Sounds like you know the technology bud. I've got some samples of SLS parts and that is cool stuff. I have a vendor that will chrome plate SLS and SLA parts to add a hard shell.

The Stratasys FDM ABS systems can produce a usable part right out of the machine. At the trade shows they make a gas tank for a weed whacker, mount it to the tool, fill it with gasoline and fire it up. Way cool!

http://www.stratasys.com/Products/3D-Printers.aspx


----------



## slotking (May 27, 2008)

remember
jay is just a normal guy working out of his garage!


----------



## Dslot (Sep 2, 2007)

*Desktop Manufacturing*

I've been watching this technology for 15 years, hoping to have "desktop manufacturing" before I get too old to care.

Two years ago, I tried to come up with a way to justify $15K for one of these nifty  *3-D printers*. I've also been tempted by the bottom-end *MakerBot*.

But I'll need to throw maybe $3K into a *3D scanner*. More for new software and hardware. Then material costs, a big unknown. My Epson photo printer did luscious work; and, theoretically, the operating cost wasn't too bad. In practice, clogs were constant, wasting high-dollar photo paper and all the ink on it, so you clear and test the nozzles two, three times, wasting more ink. Now you've got spatters. Then there's human error - forgetting to reset something buried three levels down in the print window, etc. - and suddenly the cost of a usable print was triple the basic figure. Would it be even worse with 3-D printing, a newer, more fragile technology? 

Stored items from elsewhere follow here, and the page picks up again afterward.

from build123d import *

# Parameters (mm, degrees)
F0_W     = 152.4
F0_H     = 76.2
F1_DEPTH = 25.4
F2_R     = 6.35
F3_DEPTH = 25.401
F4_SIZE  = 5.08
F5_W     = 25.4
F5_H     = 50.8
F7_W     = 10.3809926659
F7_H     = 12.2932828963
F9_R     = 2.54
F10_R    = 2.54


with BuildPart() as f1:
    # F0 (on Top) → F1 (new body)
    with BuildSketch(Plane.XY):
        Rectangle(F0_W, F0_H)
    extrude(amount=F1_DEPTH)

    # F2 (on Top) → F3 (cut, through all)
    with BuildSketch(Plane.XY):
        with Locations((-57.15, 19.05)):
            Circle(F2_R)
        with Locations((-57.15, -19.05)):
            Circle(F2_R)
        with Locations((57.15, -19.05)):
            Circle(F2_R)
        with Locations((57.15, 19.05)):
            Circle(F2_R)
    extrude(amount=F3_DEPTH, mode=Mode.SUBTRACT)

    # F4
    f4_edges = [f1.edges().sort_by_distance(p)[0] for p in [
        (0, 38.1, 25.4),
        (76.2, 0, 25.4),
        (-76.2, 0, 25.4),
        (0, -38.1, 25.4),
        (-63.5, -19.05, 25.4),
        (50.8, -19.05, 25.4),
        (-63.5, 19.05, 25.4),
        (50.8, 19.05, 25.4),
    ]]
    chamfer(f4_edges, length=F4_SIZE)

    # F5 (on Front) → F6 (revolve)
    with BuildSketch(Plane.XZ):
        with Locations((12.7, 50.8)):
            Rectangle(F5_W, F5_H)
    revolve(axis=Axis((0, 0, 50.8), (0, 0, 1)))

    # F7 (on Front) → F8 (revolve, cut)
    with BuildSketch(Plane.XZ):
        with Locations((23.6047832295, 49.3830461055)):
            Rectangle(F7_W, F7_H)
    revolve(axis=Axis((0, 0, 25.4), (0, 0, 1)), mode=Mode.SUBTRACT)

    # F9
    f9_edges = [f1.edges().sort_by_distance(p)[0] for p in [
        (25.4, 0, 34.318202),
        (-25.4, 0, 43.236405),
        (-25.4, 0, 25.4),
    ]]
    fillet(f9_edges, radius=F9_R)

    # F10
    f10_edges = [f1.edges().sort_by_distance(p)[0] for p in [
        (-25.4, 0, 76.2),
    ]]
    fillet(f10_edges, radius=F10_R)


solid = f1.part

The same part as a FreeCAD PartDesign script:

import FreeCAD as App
import Part
import Sketcher
from FreeCAD import Vector
Q = App.Units.Quantity


def edges_at(feature, points):
    """Names of the edges that pass closest to the given points."""
    edges = feature.Shape.Edges
    near = lambda p: min(range(len(edges)), key=lambda i: edges[i].distToShape(Part.Vertex(*p))[0])
    return sorted({f"Edge{near(p) + 1}" for p in points})

doc = App.newDocument("Part")
params = doc.addObject("Spreadsheet::Sheet", "Params")
for row, (alias, value) in enumerate([
    ("sketch1_width", "6 in"),
    ("sketch1_height", "3 in"),
    ("pad1_length", "1 in"),
    ("sketch2_diameter", "0.5 in"),
    ("chamfer_size", "0.2 in"),
    ("sketch3_width", "1 in"),
    ("sketch3_height", "2 in"),
    ("revolution_angle", "360 deg"),
    ("groove_angle", "360 deg"),
    ("fillet_radius", "0.1 in"),
    ("fillet2_radius", "0.1 in"),
], start=1):
    params.set(f"A{row}", alias)
    params.set(f"B{row}", "=" + value)
    params.setAlias(f"B{row}", alias)

body = doc.addObject("PartDesign::Body", "Body")

sketch1 = body.newObject("Sketcher::SketchObject", "Sketch")
sketch1.AttachmentSupport = (doc.getObject("XY_Plane"), [""])
sketch1.MapMode = "FlatFace"
sketch1.addGeometry([
    Part.LineSegment(Vector(-76, 38, 0), Vector(-76, -38, 0)),
    Part.LineSegment(Vector(-76, -38, 0), Vector(76, -38, 0)),
    Part.LineSegment(Vector(76, -38, 0), Vector(76, 38, 0)),
    Part.LineSegment(Vector(76, 38, 0), Vector(-76, 38, 0)),
], False)
sketch1.addConstraint([
    Sketcher.Constraint("Coincident", 0, 2, 1, 1),
    Sketcher.Constraint("Coincident", 1, 2, 2, 1),
    Sketcher.Constraint("Coincident", 2, 2, 3, 1),
    Sketcher.Constraint("Coincident", 3, 2, 0, 1),
    Sketcher.Constraint("Vertical", 0),
    Sketcher.Constraint("Horizontal", 1),
    Sketcher.Constraint("Vertical", 2),
    Sketcher.Constraint("Horizontal", 3),
    Sketcher.Constraint("Symmetric", 0, 2, 2, 2, -1, 1),
    Sketcher.Constraint("DistanceX", 1, 1, 1, 2, Q("6 in")),
    Sketcher.Constraint("DistanceY", 0, 2, 0, 1, Q("3 in")),
])
sketch1.setExpression("Constraints[9]", "Params.sketch1_width")
sketch1.setExpression("Constraints[10]", "Params.sketch1_height")
pad1 = body.newObject("PartDesign::Pad", "Pad")
pad1.Profile = sketch1
pad1.setExpression("Length", "Params.pad1_length")

sketch2 = body.newObject("Sketcher::SketchObject", "Sketch001")
sketch2.AttachmentSupport = (doc.getObject("XY_Plane"), [""])
sketch2.MapMode = "FlatFace"
sketch2.addGeometry([
    Part.Circle(Vector(-57, 19, 0), Vector(0, 0, 1), 6),
    Part.Circle(Vector(-57, -19, 0), Vector(0, 0, 1), 6),
    Part.Circle(Vector(57, -19, 0), Vector(0, 0, 1), 6),
    Part.Circle(Vector(57, 19, 0), Vector(0, 0, 1), 6),
], False)
sketch2.addConstraint([
    Sketcher.Constraint("Equal", 0, 1),
    Sketcher.Constraint("Equal", 1, 2),
    Sketcher.Constraint("Equal", 2, 3),
    Sketcher.Constraint("Symmetric", 0, 3, 2, 3, -1, 1),
    Sketcher.Constraint("Symmetric", 1, 3, 3, 3, -1, 1),
    Sketcher.Constraint("Symmetric", 1, 3, 2, 3, -2),
    Sketcher.Constraint("Diameter", 0, Q("0.5 in")),
    Sketcher.Constraint("DistanceY", 1, 3, 0, 3, Q("1.5 in")),
    Sketcher.Constraint("DistanceX", 1, 3, 2, 3, Q("4.5 in")),
])
sketch2.setExpression("Constraints[6]", "Params.sketch2_diameter")
pocket1 = body.newObject("PartDesign::Pocket", "Pocket")
pocket1.Profile = sketch2
pocket1.Type = "ThroughAll"
pocket1.Reversed = True
doc.recompute()

chamfer = body.newObject("PartDesign::Chamfer", "Chamfer")
chamfer.Base = (pocket1, edges_at(pocket1, [
    (0, 38.1, 25.4),
    (76.2, 0, 25.4),
    (-76.2, 0, 25.4),
    (0, -38.1, 25.4),
    (-63.5, -19.05, 25.4),
    (50.8, -19.05, 25.4),
    (-63.5, 19.05, 25.4),
    (50.8, 19.05, 25.4),
]))
chamfer.setExpression("Size", "Params.chamfer_size")

sketch3 = body.newObject("Sketcher::SketchObject", "Sketch002")
sketch3.AttachmentSupport = (doc.getObject("XZ_Plane"), [""])
sketch3.MapMode = "FlatFace"
sketch3.addGeometry([
    Part.LineSegment(Vector(0, 76, 0), Vector(0, 25, 0)),
    Part.LineSegment(Vector(0, 25, 0), Vector(25, 25, 0)),
    Part.LineSegment(Vector(25, 25, 0), Vector(25, 76, 0)),
    Part.LineSegment(Vector(25, 76, 0), Vector(0, 76, 0)),
], False)
sketch3.addConstraint([
    Sketcher.Constraint("Coincident", 0, 2, 1, 1),
    Sketcher.Constraint("Coincident", 1, 2, 2, 1),
    Sketcher.Constraint("Coincident", 2, 2, 3, 1),
    Sketcher.Constraint("Coincident", 3, 2, 0, 1),
    Sketcher.Constraint("Vertical", 0),
    Sketcher.Constraint("Horizontal", 1),
    Sketcher.Constraint("Vertical", 2),
    Sketcher.Constraint("Horizontal", 3),
    Sketcher.Constraint("PointOnObject", 0, 2, -2),
    Sketcher.Constraint("DistanceX", 1, 1, 1, 2, Q("1 in")),
    Sketcher.Constraint("DistanceY", 0, 2, 0, 1, Q("2 in")),
    Sketcher.Constraint("DistanceY", -1, 1, 0, 2, Q("1 in")),
])
sketch3.setExpression("Constraints[9]", "Params.sketch3_width")
sketch3.setExpression("Constraints[10]", "Params.sketch3_height")
revolution = body.newObject("PartDesign::Revolution", "Revolution")
revolution.Profile = sketch3
revolution.ReferenceAxis = (sketch3, ["V_Axis"])
revolution.setExpression("Angle", "Params.revolution_angle")

sketch4 = body.newObject("Sketcher::SketchObject", "Sketch003")
sketch4.AttachmentSupport = (doc.getObject("XZ_Plane"), [""])
sketch4.MapMode = "FlatFace"
sketch4.addGeometry([
    Part.LineSegment(Vector(18, 56, 0), Vector(18, 43, 0)),
    Part.LineSegment(Vector(18, 43, 0), Vector(29, 43, 0)),
    Part.LineSegment(Vector(29, 43, 0), Vector(29, 56, 0)),
    Part.LineSegment(Vector(29, 56, 0), Vector(18, 56, 0)),
], False)
sketch4.addConstraint([
    Sketcher.Constraint("Coincident", 0, 2, 1, 1),
    Sketcher.Constraint("Coincident", 1, 2, 2, 1),
    Sketcher.Constraint("Coincident", 2, 2, 3, 1),
    Sketcher.Constraint("Coincident", 3, 2, 0, 1),
    Sketcher.Constraint("Vertical", 0),
    Sketcher.Constraint("Horizontal", 1),
    Sketcher.Constraint("Vertical", 2),
    Sketcher.Constraint("Horizontal", 3),
    Sketcher.Constraint("DistanceX", 1, 1, 1, 2, Q("10.380993 mm")),
    Sketcher.Constraint("DistanceY", 0, 2, 0, 1, Q("12.293283 mm")),
    Sketcher.Constraint("DistanceX", -1, 1, 1, 2, Q("28.79528 mm")),
    Sketcher.Constraint("DistanceY", -1, 1, 0, 2, Q("43.236405 mm")),
])
groove = body.newObject("PartDesign::Groove", "Groove")
groove.Profile = sketch4
groove.ReferenceAxis = (sketch4, ["V_Axis"])
groove.setExpression("Angle", "Params.groove_angle")
doc.recompute()

fillet = body.newObject("PartDesign::Fillet", "Fillet")
fillet.Base = (groove, edges_at(groove, [(25.4, 0, 34.318), (-25.4, 0, 43.236), (-25.4, 0, 25.4)]))
fillet.setExpression("Radius", "Params.fillet_radius")
doc.recompute()

fillet2 = body.newObject("PartDesign::Fillet", "Fillet001")
fillet2.Base = (fillet, edges_at(fillet, [(-25.4, 0, 76.2)]))
fillet2.setExpression("Radius", "Params.fillet2_radius")

doc.recompute()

Ahh, but think of the advantages. Want a particular car as a Tjet? 3D-scan a 1:24 plastic kit. Or just download a commercial or free CAD image for the car. Resize the scan for Tjet axle spacing. Stretch the body vertically to fit over the chassis. Add threaded screwposts from your CAD parts-library. Add a hood-scoop, louvers, tiny fuzzy dice hanging from the mirror. Don't worry about bumpers and pipes - they don't have to be lumped into the body anymore. They can stand out in full 3D with as many undercuts, holes and hollows as you like. No mold lines, either.

Or _*do*_ you have to stretch the body to fit the chassis? Not if you can print out a custom chassis and gearplate which conforms to the body shell, but takes the standard armature and fittings. Narrow the front rails to the minimum needed. Extend the axle spacing. Lower the chassis - just drag the axle holes higher onscreen, then make gear-train adjustments. 

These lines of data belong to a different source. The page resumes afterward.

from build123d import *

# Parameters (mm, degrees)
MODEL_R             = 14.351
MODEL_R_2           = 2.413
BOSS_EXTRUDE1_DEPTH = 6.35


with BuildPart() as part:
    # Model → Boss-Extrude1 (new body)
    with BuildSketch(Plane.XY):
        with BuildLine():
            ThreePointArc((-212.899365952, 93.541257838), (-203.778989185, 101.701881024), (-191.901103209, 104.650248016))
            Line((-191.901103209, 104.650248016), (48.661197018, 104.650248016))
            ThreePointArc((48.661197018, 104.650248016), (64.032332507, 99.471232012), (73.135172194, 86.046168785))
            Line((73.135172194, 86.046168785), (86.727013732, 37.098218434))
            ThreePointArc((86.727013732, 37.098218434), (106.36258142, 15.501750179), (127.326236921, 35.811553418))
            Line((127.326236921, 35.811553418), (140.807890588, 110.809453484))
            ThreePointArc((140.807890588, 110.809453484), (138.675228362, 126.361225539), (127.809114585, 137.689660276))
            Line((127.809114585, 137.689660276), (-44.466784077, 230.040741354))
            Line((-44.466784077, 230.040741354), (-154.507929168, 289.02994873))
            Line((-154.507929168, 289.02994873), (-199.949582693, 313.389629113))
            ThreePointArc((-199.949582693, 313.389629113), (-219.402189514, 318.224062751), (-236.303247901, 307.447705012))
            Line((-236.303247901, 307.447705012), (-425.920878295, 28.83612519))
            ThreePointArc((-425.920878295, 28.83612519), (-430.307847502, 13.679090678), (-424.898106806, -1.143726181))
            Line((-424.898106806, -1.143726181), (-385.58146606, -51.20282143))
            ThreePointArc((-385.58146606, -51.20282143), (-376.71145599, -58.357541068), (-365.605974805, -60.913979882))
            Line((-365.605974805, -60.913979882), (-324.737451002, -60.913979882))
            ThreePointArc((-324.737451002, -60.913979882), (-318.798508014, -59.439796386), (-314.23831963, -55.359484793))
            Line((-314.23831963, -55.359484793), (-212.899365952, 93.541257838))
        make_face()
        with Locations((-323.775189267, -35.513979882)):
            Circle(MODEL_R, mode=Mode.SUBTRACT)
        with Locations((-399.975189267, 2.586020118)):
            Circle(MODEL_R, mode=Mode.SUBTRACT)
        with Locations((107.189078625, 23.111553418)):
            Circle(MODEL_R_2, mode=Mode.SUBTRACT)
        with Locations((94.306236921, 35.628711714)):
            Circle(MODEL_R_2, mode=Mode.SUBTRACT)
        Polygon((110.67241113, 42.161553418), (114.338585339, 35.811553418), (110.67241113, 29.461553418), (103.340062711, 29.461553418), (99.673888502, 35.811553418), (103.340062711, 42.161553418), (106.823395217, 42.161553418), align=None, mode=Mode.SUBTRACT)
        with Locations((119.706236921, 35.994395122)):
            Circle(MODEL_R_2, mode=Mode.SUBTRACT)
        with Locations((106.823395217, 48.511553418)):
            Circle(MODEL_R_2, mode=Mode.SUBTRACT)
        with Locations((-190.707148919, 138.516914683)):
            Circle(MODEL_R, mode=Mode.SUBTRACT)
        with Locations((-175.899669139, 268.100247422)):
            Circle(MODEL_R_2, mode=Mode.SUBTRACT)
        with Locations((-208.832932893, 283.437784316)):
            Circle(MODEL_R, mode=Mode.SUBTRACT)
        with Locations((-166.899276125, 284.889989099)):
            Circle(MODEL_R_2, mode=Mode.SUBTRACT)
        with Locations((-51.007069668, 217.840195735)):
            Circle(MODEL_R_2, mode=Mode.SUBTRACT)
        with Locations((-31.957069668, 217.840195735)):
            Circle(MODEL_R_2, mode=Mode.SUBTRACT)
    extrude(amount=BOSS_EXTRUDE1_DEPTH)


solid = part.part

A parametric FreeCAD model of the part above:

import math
import FreeCAD as App
import Part
import Sketcher

V = App.Vector
Q = App.Units.Quantity

doc = App.newDocument("Part")
body = doc.addObject("PartDesign::Body", "Body")

# Sketch on XY plane
sketch1 = body.newObject("Sketcher::SketchObject", "Sketch")
sketch1.AttachmentSupport = (doc.getObject("XY_Plane"), [""])
sketch1.MapMode = "FlatFace"
sketch1.addGeometry(Part.ArcOfCircle(Part.Circle(V(-191.9, 79.3, 0), V(0, 0, 1), 25.4), math.radians(90), math.radians(146)), False)
sketch1.addGeometry(Part.LineSegment(V(-191.9, 104.7, 0), V(48.7, 104.7, 0)), False)
sketch1.addGeometry(Part.ArcOfCircle(Part.Circle(V(48.7, 79.3, 0), V(0, 0, 1), 25.4), math.radians(16), math.radians(90)), False)
sketch1.addGeometry(Part.LineSegment(V(73.1, 86, 0), V(86.7, 37.1, 0)), False)
sketch1.addGeometry(Part.ArcOfCircle(Part.Circle(V(107, 35.8, 0), V(0, 0, 1), 20.3), math.radians(176), math.radians(360)), False)
sketch1.addGeometry(Part.LineSegment(V(127.3, 35.8, 0), V(140.8, 110.8, 0)), False)
sketch1.addGeometry(Part.ArcOfCircle(Part.Circle(V(115.8, 115.3, 0), V(0, 0, 1), 25.4), math.radians(-10), math.radians(62)), False)
sketch1.addGeometry(Part.LineSegment(V(127.8, 137.7, 0), V(-44.5, 230, 0)), False)
sketch1.addGeometry(Part.LineSegment(V(-44.5, 230, 0), V(-154.5, 289, 0)), False)
sketch1.addGeometry(Part.LineSegment(V(-154.5, 289, 0), V(-199.9, 313.4, 0)), False)
sketch1.addGeometry(Part.ArcOfCircle(Part.Circle(V(-215.3, 293.2, 0), V(0, 0, 1), 25.4), math.radians(53), math.radians(146)), False)
sketch1.addGeometry(Part.LineSegment(V(-236.3, 307.4, 0), V(-425.9, 28.8, 0)), False)
sketch1.addGeometry(Part.ArcOfCircle(Part.Circle(V(-404.9, 14.5, 0), V(0, 0, 1), 25.4), math.radians(146), math.radians(218)), False)
sketch1.addGeometry(Part.LineSegment(V(-424.9, -1.1, 0), V(-385.6, -51.2, 0)), False)
sketch1.addGeometry(Part.ArcOfCircle(Part.Circle(V(-365.6, -35.5, 0), V(0, 0, 1), 25.4), math.radians(-142), math.radians(-90)), False)
sketch1.addGeometry(Part.LineSegment(V(-365.6, -60.9, 0), V(-324.7, -60.9, 0)), False)
sketch1.addGeometry(Part.ArcOfCircle(Part.Circle(V(-324.7, -48.2, 0), V(0, 0, 1), 12.7), math.radians(-90), math.radians(-34)), False)
sketch1.addGeometry(Part.LineSegment(V(-314.2, -55.4, 0), V(-212.9, 93.5, 0)), False)
sketch1.addGeometry(Part.Circle(V(-323.8, -35.5, 0), V(0, 0, 1), 14.4), False)
sketch1.addGeometry(Part.Circle(V(-400, 2.6, 0), V(0, 0, 1), 14.4), False)
sketch1.addGeometry(Part.Circle(V(107.2, 23.1, 0), V(0, 0, 1), 2.4), False)
sketch1.addGeometry(Part.Circle(V(94.3, 35.6, 0), V(0, 0, 1), 2.4), False)
sketch1.addGeometry(Part.LineSegment(V(103.3, 42.2, 0), V(110.7, 42.2, 0)), False)
sketch1.addGeometry(Part.LineSegment(V(110.7, 42.2, 0), V(114.3, 35.8, 0)), False)
sketch1.addGeometry(Part.LineSegment(V(114.3, 35.8, 0), V(110.7, 29.5, 0)), False)
sketch1.addGeometry(Part.LineSegment(V(110.7, 29.5, 0), V(103.3, 29.5, 0)), False)
sketch1.addGeometry(Part.LineSegment(V(103.3, 29.5, 0), V(99.7, 35.8, 0)), False)
sketch1.addGeometry(Part.LineSegment(V(99.7, 35.8, 0), V(103.3, 42.2, 0)), False)
sketch1.addGeometry(Part.Circle(V(119.7, 36, 0), V(0, 0, 1), 2.4), False)
sketch1.addGeometry(Part.Circle(V(106.8, 48.5, 0), V(0, 0, 1), 2.4), False)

Like the old 1:32 pitcrew figures? Scan 'em. Reduce to HO size and PRINT. Want a driver figure for your Daisy Duke's Jeep? Have your girlfriend put on jean shorts, tie off her blouse and sit in a driving pose, then scan _*her*_. Resize and make a few anatomical changes (unless you're a very fortunate fellow). Hit PRINT. An HO Daisy. Good luck painting all those little red checks.

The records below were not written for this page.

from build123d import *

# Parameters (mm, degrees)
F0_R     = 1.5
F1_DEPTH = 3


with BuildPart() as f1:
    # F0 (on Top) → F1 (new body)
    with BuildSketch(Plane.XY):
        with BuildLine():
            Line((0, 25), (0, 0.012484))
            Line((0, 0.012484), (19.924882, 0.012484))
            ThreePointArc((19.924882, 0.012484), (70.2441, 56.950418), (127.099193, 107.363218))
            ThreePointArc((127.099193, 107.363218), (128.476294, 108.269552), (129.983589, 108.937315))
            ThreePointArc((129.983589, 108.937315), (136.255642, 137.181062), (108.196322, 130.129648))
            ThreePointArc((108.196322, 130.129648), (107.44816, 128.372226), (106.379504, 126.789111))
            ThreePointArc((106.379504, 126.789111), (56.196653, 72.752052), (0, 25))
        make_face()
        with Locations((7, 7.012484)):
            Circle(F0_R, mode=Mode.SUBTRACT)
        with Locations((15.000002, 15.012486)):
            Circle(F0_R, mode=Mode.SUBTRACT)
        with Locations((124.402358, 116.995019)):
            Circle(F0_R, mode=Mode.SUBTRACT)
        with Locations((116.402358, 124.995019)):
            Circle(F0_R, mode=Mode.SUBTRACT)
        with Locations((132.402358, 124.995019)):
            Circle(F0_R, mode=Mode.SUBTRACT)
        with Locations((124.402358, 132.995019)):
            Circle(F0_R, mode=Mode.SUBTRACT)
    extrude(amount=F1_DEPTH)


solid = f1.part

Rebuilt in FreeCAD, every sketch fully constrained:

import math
import FreeCAD as App
import Part
import Sketcher
from FreeCAD import Vector

doc = App.newDocument("Part")
body = doc.addObject("PartDesign::Body", "Body")

# Sketch on XY plane
sketch1 = body.newObject("Sketcher::SketchObject", "Sketch")
sketch1.AttachmentSupport = (doc.getObject("XY_Plane"), [""])
sketch1.MapMode = "FlatFace"
sketch1.addGeometry(Part.LineSegment(Vector(0, 25, 0), Vector(0, 0.012484, 0)), False)
sketch1.addGeometry(Part.LineSegment(Vector(0, 0.012484, 0), Vector(19.924882, 0.012484, 0)), False)
sketch1.addGeometry(Part.ArcOfCircle(Part.Circle(Vector(512.682853, -384.76122, 0), Vector(0, 0, 1), 625.188949), math.radians(128.079), math.radians(142.015239)), False)
sketch1.addGeometry(Part.ArcOfCircle(Part.Circle(Vector(133.266679, 99.491588, 0), Vector(0, 0, 1), 10.000022), math.radians(109.166124), math.radians(128.078984)), False)
sketch1.addGeometry(Part.ArcOfCircle(Part.Circle(Vector(124.402357, 124.995019, 0), Vector(0, 0, 1), 17), math.radians(-70.833906), math.radians(162.420009)), False)
sketch1.addGeometry(Part.ArcOfCircle(Part.Circle(Vector(98.663358, 133.150017, 0), Vector(0, 0, 1), 10.000001), math.radians(-39.50091), math.radians(-17.57998)), False)
sketch1.addGeometry(Part.ArcOfCircle(Part.Circle(Vector(-376.025298, 524.465956, 0), Vector(0, 0, 1), 625.188984), math.radians(-53.025565), math.radians(-39.50092)), False)
sketch1.addGeometry(Part.Circle(Vector(7, 7.012484, 0), Vector(0, 0, 1), 1.5), False)
sketch1.addGeometry(Part.Circle(Vector(15.000002, 15.012486, 0), Vector(0, 0, 1), 1.5), False)
sketch1.addGeometry(Part.Circle(Vector(124.402358, 116.995019, 0), Vector(0, 0, 1), 1.5), False)
sketch1.addGeometry(Part.Circle(Vector(116.402358, 124.995019, 0), Vector(0, 0, 1), 1.5), False)
sketch1.addGeometry(Part.Circle(Vector(132.402358, 124.995019, 0), Vector(0, 0, 1), 1.5), False)
sketch1.addGeometry(Part.Circle(Vector(124.402358, 132.995019, 0), Vector(0, 0, 1), 1.5), False)
sketch1.addConstraint(Sketcher.Constraint("Coincident", 0, 2, 1, 1))
sketch1.addConstraint(Sketcher.Constraint("Coincident", 1, 2, 2, 2))
sketch1.addConstraint(Sketcher.Constraint("Tangent", 2, 1, 3, 2))
sketch1.addConstraint(Sketcher.Constraint("Tangent", 3, 1, 4, 1))
sketch1.addConstraint(Sketcher.Constraint("Tangent", 4, 2, 5, 2))
sketch1.addConstraint(Sketcher.Constraint("Tangent", 5, 1, 6, 2))
sketch1.addConstraint(Sketcher.Constraint("Coincident", 6, 1, 0, 1))
sketch1.addConstraint(Sketcher.Constraint("Vertical", 0))
sketch1.addConstraint(Sketcher.Constraint("Horizontal", 1))
sketch1.addConstraint(Sketcher.Constraint("Equal", 7, 8))
sketch1.addConstraint(Sketcher.Constraint("Equal", 8, 9))
sketch1.addConstraint(Sketcher.Constraint("Equal", 9, 10))
sketch1.addConstraint(Sketcher.Constraint("Equal", 10, 11))
sketch1.addConstraint(Sketcher.Constraint("Equal", 11, 12))
sketch1.addConstraint(Sketcher.Constraint("PointOnObject", 0, 2, -2))
sketch1.addConstraint(Sketcher.Constraint("Horizontal", 4, 3, 10, 3))
sketch1.addConstraint(Sketcher.Constraint("Horizontal", 10, 3, 11, 3))
sketch1.addConstraint(Sketcher.Constraint("Vertical", 4, 3, 9, 3))
sketch1.addConstraint(Sketcher.Constraint("Vertical", 9, 3, 12, 3))
sketch1.addConstraint(Sketcher.Constraint("Diameter", 7, 3.0))
sketch1.addConstraint(Sketcher.Constraint("Radius", 4, 17.0))
sketch1.addConstraint(Sketcher.Constraint("Radius", 5, 10.000001))
sketch1.addConstraint(Sketcher.Constraint("DistanceX", -1, 1, 7, 3, 7.0))
sketch1.addConstraint(Sketcher.Constraint("DistanceY", 9, 3, 4, 3, 8.0))
sketch1.addConstraint(Sketcher.Constraint("DistanceX", 10, 3, 4, 3, 7.999999))
sketch1.addConstraint(Sketcher.Constraint("DistanceX", 4, 3, 11, 3, 8.000001))
sketch1.addConstraint(Sketcher.Constraint("DistanceY", 4, 3, 12, 3, 8.0))
sketch1.addConstraint(Sketcher.Constraint("DistanceY", 0, 2, 7, 3, 7.0))
sketch1.addConstraint(Sketcher.Constraint("Radius", 2, 625.188949))
sketch1.addConstraint(Sketcher.Constraint("Radius", 3, 10.000022))
sketch1.addConstraint(Sketcher.Constraint("Radius", 6, 625.188984))
sketch1.addConstraint(Sketcher.Constraint("DistanceX", 5, 3, 4, 3, 25.738999))
sketch1.addConstraint(Sketcher.Constraint("DistanceX", 1, 1, 1, 2, 19.924882))
sketch1.addConstraint(Sketcher.Constraint("DistanceY", 8, 3, 3, 3, 84.479102))
sketch1.addConstraint(Sketcher.Constraint("DistanceY", 0, 2, 0, 1, 24.987516))
sketch1.addConstraint(Sketcher.Constraint("DistanceY", 2, 3, -1, 1, 384.76122))
sketch1.addConstraint(Sketcher.Constraint("DistanceX", -1, 1, 3, 3, 133.266679))
sketch1.addConstraint(Sketcher.Constraint("DistanceY", -1, 1, 4, 3, 124.995019))
sketch1.addConstraint(Sketcher.Constraint("DistanceX", -1, 1, 5, 3, 98.663358))
sketch1.addConstraint(Sketcher.Constraint("DistanceX", 8, 3, 2, 3, 497.682851))
pad1 = body.newObject("PartDesign::Pad", "Pad")
pad1.Profile = sketch1
pad1.Length = 3

doc.recompute()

Aurora-style cobblestone track, but with Tomy ends? Curves at any banking-angle you choose? Yes, you'll have to insert the rail manually, but hey, it's a hobby - you want to do _some_ work with your hands. Want 15 feet of continuous multilane straightaway with just a slight chicane partway down and end tabs for Tyco track? Get a controlled-feed conveyor-table and let it run. Or get a printer that builds 3D objects on the table it sits on, and moves itself while it works, and you have a full, smooth 1-piece 4-lane track a few hours later. Router? What's that?

:wave: Happy future. Maybe this will make up for never getting those flying cars they said we'd all be driving by 1979.

-- D


----------



## tjd241 (Jan 25, 2004)

I can't believe I started this thread in 2007 !


----------



## NTxSlotCars (May 27, 2008)

THIS, is the most interesting thread in the world.


----------



## Ralphthe3rd (Feb 24, 2011)

*very interesting*

:lol: LOL @ NTx


----------